For SIMD operations and read-ahead to work, the configured dialect must consist only of ASCII characters (value 127 or lower). You can ensure the fast path will be used with CsvDialect<T>.IsAscii.
// ensure SIMD accelerated parsing routines are used
CsvOptions<byte> options = GetConfiguredOptions();
Debug.Assert(options.Dialect.IsAscii);
return CsvReader.Read<User>(csv, options);
Further reading: Architecture.
Transcoding
The following methods are used by the library to convert T
values to char and back:
- TryGetChars(ReadOnlySpan<T>, Span<char>, out int) used to convert the header fields to strings
- GetAsString(ReadOnlySpan<T>) used in error messages, and to convert long header fields to strings
- TryWriteChars(ReadOnlySpan<char>, Span<T>, out int) used when writing text values, and initializing Newline and Whitespace
- GetFromString(string?) used in some converters, and while initializing the dialect
Note
The library maintains a small pool of string-instances of previously encountered headers, so unless your data is exceptionally varied, the allocation cost is paid only once.
Warning
While you can inherit the options-type and override these methods, the library expects both of the the string and ReadOnlySpan<T> methods to return the same sequences for the same inputs. Make sure you override both transcoding methods in either direction, and keep the implementations in sync.

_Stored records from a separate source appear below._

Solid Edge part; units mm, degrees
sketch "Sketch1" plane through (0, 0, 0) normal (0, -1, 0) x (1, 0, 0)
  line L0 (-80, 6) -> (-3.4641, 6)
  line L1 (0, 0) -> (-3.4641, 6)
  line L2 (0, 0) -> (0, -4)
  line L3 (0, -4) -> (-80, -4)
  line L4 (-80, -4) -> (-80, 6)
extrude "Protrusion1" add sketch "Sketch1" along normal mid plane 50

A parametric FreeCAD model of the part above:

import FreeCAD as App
import Part
import Sketcher
Q = App.Units.Quantity

doc = App.newDocument("Part")
body = doc.addObject("PartDesign::Body", "Body")

# Sketch on XZ plane
sketch1 = doc.addObject("Sketcher::SketchObject", "Sketch")
body.addObject(sketch1)
sketch1.AttachmentSupport = (doc.XZ_Plane, [""])
sketch1.MapMode = "FlatFace"
sketch1.addGeometry([
    Part.LineSegment(App.Vector(-3.5, 6, 0), App.Vector(-80, 6, 0)),  # 0
    Part.LineSegment(App.Vector(-80, 6, 0), App.Vector(-80, -4, 0)),  # 1
    Part.LineSegment(App.Vector(-80, -4, 0), App.Vector(0, -4, 0)),  # 2
    Part.LineSegment(App.Vector(0, -4, 0), App.Vector(0, 0, 0)),  # 3
    Part.LineSegment(App.Vector(0, 0, 0), App.Vector(-3.5, 6, 0)),  # 4
], False)
sketch1.addConstraint([
    Sketcher.Constraint("Coincident", 0, 2, 1, 1),
    Sketcher.Constraint("Coincident", 1, 2, 2, 1),
    Sketcher.Constraint("Coincident", 2, 2, 3, 1),
    Sketcher.Constraint("Coincident", 3, 2, 4, 1),
    Sketcher.Constraint("Coincident", 4, 2, 0, 1),
    Sketcher.Constraint("Horizontal", 0),
    Sketcher.Constraint("Vertical", 1),
    Sketcher.Constraint("Horizontal", 2),
    Sketcher.Constraint("Vertical", 3),
    Sketcher.Constraint("Coincident", 3, 2, -1, 1),
    Sketcher.Constraint("DistanceX", 2, 1, 2, 2, 80.0),
    Sketcher.Constraint("DistanceY", 1, 2, 1, 1, 10.0),
    Sketcher.Constraint("DistanceY", 3, 1, 3, 2, 4.0),
    Sketcher.Constraint("Angle", 4, Q("120 deg")),
])
pad1 = doc.addObject("PartDesign::Pad", "Pad")
body.addObject(pad1)
pad1.Profile = sketch1
pad1.Length = 50
pad1.Midplane = True

doc.recompute()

Most likely you can achieve the same goals easier by using Comparer and custom converters.
Memory pooling
You can configure the MemoryPool<T> instance used internally with the CsvOptions<T>.MemoryPool property. Pooled memory is used to handle escaping, unescaping, and records split across multiple sequence segments. The default value is MemoryPool<T>.Shared.
If set to null
, no pooled memory is used and all temporary buffers are heap allocated.
Further reading: Architecture.
Custom binding
If you don't want to use the built-in CsvReflectionBinder<T> (attribute configuration), set CsvOptions<T>.TypeBinder property to your custom implementation implementing ICsvTypeBinder<T>.